QCM : S2 Droit administratif — 24 questions

Questions et réponses du QCM

1. Quelles sont les deux exigences essentielles que le principe de légalité impose à l’administration ?

Être préalablement habilitée à agir et ne pas contredire le droit en vigueur
Se limiter aux décisions individuelles et exclure les actes réglementaires
Agir librement selon l’opportunité politique et suivre l’avis du Gouvernement
Respecter uniquement la Constitution et ignorer les normes infraconstitutionnelles

Être préalablement habilitée à agir et ne pas contredire le droit en vigueur

Explication

Le principe de légalité impose à l’administration d’être autorisée à agir par une norme préalable et de ne pas agir contre le droit en vigueur. Les autres propositions confondent la légalité avec l’opportunité ou réduisent à tort son champ de contrôle.

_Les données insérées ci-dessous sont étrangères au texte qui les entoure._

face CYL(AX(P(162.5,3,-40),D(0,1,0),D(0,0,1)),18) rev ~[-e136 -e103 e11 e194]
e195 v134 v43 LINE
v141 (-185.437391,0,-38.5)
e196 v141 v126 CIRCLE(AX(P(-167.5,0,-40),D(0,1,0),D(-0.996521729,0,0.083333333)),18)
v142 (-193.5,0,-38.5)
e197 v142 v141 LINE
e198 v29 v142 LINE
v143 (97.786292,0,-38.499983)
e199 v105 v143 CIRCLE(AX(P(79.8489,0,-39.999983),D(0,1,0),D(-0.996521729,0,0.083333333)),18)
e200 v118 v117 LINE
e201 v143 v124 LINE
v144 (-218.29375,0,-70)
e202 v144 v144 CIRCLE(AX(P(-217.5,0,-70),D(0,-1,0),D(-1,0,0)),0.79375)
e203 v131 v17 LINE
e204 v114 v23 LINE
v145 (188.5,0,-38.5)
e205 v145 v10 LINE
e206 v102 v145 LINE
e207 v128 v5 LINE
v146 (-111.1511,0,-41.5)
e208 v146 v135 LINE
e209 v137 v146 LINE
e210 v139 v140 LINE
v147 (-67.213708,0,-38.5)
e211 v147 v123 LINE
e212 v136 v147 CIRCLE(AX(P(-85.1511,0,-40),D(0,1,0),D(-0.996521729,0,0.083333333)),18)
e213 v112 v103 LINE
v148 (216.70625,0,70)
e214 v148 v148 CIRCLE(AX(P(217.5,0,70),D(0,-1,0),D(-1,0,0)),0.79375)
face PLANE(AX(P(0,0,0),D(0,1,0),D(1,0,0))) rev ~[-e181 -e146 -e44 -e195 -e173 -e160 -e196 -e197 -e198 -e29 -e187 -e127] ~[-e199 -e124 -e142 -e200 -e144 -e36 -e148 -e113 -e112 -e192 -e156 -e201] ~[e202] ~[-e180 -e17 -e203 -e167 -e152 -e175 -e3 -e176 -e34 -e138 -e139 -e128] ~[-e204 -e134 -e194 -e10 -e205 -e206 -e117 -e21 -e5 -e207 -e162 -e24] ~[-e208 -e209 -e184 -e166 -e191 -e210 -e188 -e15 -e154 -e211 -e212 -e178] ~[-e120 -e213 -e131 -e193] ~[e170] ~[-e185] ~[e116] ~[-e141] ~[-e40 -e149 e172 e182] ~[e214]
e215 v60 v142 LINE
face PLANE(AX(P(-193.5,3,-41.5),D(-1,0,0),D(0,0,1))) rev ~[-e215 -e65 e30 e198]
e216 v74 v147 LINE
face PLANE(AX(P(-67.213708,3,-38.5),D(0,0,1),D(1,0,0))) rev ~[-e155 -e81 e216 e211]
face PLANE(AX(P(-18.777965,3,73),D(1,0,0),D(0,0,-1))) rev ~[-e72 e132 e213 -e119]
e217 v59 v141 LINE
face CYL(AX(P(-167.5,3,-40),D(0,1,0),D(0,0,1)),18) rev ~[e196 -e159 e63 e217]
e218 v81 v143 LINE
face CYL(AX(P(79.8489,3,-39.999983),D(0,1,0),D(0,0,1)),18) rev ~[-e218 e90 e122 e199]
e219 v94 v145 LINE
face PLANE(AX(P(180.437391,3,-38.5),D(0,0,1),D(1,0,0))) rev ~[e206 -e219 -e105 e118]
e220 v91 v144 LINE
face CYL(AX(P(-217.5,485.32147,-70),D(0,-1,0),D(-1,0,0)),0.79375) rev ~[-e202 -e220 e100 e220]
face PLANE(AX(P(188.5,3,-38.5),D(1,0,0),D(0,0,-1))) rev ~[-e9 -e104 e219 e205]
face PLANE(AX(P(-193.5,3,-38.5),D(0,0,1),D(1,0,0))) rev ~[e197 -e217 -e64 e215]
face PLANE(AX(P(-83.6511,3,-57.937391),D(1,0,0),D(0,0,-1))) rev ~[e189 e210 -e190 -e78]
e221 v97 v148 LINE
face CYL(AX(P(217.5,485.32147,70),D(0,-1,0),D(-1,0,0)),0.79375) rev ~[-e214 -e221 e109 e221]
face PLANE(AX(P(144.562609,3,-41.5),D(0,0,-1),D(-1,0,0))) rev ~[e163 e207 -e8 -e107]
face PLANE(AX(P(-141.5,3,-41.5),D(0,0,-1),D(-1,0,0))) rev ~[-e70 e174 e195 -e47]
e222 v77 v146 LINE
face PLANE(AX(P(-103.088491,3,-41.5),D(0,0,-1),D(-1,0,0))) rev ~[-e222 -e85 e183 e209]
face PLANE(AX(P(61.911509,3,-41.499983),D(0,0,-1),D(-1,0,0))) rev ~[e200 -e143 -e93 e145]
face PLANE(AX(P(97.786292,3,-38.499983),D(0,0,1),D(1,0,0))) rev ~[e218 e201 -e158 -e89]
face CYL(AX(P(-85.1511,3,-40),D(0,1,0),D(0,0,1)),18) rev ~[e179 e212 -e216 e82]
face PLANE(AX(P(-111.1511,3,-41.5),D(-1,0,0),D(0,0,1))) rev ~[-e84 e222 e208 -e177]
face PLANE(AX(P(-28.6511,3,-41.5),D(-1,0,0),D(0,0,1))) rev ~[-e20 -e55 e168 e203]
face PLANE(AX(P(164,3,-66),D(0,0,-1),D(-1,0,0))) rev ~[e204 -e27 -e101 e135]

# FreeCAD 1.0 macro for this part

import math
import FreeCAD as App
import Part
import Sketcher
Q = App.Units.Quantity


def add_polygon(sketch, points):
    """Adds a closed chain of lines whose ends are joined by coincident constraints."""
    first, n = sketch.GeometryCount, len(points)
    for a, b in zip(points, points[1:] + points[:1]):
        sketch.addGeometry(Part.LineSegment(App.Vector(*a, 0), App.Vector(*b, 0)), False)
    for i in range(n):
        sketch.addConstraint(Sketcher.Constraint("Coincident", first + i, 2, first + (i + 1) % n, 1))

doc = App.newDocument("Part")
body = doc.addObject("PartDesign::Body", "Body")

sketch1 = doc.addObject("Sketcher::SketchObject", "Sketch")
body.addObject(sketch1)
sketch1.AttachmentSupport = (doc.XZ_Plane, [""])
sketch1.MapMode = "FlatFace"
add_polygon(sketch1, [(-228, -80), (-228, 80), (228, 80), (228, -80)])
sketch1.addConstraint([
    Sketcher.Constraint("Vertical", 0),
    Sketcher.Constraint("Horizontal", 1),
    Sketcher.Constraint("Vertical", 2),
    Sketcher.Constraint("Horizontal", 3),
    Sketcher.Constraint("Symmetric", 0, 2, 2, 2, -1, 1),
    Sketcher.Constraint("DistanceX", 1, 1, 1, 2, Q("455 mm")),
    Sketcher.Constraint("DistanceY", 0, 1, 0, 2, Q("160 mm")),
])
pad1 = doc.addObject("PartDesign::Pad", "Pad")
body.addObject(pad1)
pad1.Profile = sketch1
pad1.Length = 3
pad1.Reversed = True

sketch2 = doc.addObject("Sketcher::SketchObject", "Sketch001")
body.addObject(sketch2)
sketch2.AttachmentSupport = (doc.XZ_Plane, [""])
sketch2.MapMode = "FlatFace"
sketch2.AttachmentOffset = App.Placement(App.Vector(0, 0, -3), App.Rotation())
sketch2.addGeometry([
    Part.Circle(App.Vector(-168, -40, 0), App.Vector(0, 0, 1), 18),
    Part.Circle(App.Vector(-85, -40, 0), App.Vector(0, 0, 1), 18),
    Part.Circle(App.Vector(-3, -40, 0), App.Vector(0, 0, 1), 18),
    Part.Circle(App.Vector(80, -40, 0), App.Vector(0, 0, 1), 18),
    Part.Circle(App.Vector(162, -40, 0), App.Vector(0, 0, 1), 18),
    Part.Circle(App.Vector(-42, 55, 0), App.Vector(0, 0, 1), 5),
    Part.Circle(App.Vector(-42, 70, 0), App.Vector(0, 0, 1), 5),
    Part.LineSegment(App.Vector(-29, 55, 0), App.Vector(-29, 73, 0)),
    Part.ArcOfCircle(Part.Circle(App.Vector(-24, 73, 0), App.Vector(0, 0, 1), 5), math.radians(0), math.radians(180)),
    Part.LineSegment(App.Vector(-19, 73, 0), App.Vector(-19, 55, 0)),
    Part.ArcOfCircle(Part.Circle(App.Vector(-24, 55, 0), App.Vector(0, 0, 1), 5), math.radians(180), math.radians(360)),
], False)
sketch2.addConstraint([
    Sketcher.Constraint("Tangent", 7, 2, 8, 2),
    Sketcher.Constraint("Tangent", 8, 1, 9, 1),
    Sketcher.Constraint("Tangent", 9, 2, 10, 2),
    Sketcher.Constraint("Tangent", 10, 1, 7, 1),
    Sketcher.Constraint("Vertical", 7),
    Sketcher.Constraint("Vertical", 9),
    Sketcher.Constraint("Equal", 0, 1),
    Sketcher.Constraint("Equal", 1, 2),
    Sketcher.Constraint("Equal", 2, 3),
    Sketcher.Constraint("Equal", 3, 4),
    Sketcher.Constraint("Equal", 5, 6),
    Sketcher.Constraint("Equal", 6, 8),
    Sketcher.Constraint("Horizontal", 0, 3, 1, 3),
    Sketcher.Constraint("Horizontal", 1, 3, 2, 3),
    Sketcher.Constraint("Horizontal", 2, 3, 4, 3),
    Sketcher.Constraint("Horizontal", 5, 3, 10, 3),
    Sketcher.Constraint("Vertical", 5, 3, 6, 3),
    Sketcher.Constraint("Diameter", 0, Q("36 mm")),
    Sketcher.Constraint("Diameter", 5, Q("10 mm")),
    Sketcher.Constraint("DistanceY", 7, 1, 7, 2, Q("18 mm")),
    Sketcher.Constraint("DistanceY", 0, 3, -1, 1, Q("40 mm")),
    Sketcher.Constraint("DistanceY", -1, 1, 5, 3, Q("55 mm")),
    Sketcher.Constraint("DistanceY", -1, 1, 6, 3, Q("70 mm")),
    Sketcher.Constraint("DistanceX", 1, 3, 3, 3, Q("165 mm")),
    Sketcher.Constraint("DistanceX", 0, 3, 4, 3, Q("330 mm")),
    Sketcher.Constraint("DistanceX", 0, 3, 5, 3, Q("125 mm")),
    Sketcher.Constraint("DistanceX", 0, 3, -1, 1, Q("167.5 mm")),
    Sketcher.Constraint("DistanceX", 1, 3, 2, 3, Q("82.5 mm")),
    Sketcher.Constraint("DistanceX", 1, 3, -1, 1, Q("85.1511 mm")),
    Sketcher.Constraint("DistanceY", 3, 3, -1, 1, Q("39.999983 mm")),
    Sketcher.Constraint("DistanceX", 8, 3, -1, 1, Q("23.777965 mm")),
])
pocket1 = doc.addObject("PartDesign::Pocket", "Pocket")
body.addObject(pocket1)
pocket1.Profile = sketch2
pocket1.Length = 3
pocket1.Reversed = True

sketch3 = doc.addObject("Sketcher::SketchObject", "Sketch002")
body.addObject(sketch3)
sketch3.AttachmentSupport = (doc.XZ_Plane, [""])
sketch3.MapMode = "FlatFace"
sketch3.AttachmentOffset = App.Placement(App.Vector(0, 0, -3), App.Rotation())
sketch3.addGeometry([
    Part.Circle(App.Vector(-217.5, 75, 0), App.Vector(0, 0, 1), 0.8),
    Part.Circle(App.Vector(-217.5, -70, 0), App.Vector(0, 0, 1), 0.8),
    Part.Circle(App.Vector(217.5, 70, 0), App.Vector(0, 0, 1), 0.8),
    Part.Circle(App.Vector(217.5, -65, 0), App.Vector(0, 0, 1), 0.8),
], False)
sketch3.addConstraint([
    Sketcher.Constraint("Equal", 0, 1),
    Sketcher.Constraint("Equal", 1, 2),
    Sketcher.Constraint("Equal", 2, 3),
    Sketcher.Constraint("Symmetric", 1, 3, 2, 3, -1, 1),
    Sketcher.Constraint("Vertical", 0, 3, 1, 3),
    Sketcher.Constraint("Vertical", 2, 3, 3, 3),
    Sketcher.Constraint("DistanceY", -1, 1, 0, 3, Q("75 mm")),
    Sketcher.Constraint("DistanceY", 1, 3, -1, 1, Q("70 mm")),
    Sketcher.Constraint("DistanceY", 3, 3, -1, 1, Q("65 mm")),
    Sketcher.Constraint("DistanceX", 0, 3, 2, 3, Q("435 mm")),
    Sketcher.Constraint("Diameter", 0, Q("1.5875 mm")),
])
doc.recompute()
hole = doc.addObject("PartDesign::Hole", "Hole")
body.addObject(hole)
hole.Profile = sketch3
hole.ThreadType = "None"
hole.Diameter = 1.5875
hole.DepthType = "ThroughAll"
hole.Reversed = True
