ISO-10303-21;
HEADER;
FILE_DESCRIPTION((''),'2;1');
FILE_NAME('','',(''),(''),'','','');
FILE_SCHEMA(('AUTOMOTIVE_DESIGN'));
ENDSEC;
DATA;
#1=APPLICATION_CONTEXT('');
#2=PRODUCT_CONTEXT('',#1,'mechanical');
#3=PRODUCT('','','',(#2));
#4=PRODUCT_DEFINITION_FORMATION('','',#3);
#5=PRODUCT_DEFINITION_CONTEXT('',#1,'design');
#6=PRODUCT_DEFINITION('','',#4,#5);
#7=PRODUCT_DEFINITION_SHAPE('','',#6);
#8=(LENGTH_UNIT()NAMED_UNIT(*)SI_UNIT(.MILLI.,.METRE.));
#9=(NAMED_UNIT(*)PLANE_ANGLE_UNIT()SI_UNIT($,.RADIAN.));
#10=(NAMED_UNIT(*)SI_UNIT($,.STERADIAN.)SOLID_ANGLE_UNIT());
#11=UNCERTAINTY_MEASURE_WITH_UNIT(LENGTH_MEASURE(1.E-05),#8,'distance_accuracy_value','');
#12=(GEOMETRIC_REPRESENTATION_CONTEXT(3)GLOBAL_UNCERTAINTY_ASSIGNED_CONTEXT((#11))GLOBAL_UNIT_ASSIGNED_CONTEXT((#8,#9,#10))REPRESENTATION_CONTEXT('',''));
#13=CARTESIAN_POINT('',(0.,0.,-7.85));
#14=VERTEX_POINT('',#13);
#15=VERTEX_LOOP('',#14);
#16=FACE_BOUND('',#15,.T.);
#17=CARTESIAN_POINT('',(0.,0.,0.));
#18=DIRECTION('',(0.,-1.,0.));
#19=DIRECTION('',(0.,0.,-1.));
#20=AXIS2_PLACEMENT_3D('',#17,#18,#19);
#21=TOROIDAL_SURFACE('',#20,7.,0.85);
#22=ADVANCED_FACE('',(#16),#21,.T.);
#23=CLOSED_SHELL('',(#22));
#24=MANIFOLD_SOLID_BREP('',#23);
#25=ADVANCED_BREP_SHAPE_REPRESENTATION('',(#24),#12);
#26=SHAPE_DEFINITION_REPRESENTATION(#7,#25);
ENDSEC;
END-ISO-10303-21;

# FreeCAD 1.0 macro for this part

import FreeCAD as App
import Part
import Sketcher
from FreeCAD import Vector

doc = App.newDocument("Part")
body = doc.addObject("PartDesign::Body", "Body")

sketch1 = body.newObject("Sketcher::SketchObject", "Sketch")
sketch1.AttachmentSupport = (doc.getObject("XY_Plane"), [""])
sketch1.MapMode = "FlatFace"
sketch1.addGeometry(Part.Circle(Vector(-7, 0, 0), Vector(0, 0, 1), 0.8), False)
sketch1.addConstraint([
    Sketcher.Constraint("PointOnObject", 0, 3, -1),
    Sketcher.Constraint("Diameter", 0, 1.7),
    Sketcher.Constraint("DistanceX", 0, 3, -1, 1, 7.0),
])
revolution = body.newObject("PartDesign::Revolution", "Revolution")
revolution.Profile = sketch1
revolution.ReferenceAxis = (sketch1, ["V_Axis"])
revolution.Angle = 360

doc.recompute()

2. Quel est l’ordre chronologique correct entre l’arrêt Dame Lamotte et la première mention explicite du principe de légalité dans le CRPA ?

Le CRPA en 2004, puis Dame Lamotte en 1950
Le CRPA en 2015, puis Dame Lamotte en 1950
Dame Lamotte en 1950, puis le CRPA en 2015
Dame Lamotte en 1962, puis le CRPA en 2015

Dame Lamotte en 1950, puis le CRPA en 2015

Explication

L’arrêt Dame Lamotte date de 1950 et la première mention explicite dans le CRPA apparaît en 2015. Le CRPA ne peut donc pas précéder cet arrêt fondateur du recours pour excès de pouvoir.

3. Quel arrêt est cité pour avoir confirmé que les ordonnances ont une valeur législative dès leur adoption, sous réserve de ratification ?

L’arrêt Société Lambda de 1993
L’arrêt Dame Lamotte de 1950
L’arrêt Société Eky de 1962
L’arrêt du Tribunal administratif de Lille de 2023

L’arrêt Société Eky de 1962

Explication

L’arrêt Société Eky de 1962 est mentionné comme ayant reconnu la valeur législative des ordonnances dès leur adoption, avant ratification. Dame Lamotte concerne surtout le recours pour excès de pouvoir, pas les ordonnances.

4. Une administration française doit prendre une décision dans un domaine couvert par une convention bilatérale ratifiée par la France : comment doit-elle utiliser cette norme externe ?

Elle ne la prend en compte que si une loi nationale la reprend expressément
Elle peut l’écarter si une circulaire interne prévoit une solution différente
Elle ne l’applique que si le Parlement l’a transformée en règlement administratif
Elle doit l’intégrer dans son raisonnement et respecter les obligations qu’elle impose

Elle doit l’intégrer dans son raisonnement et respecter les obligations qu’elle impose

Explication

Une convention bilatérale ratifiée fait partie des sources externes du droit administratif et peut s’imposer à l’administration. Celle-ci doit donc en tenir compte dans sa décision, et ne peut pas la neutraliser par une simple circulaire ou par l’absence de reprise dans une loi interne.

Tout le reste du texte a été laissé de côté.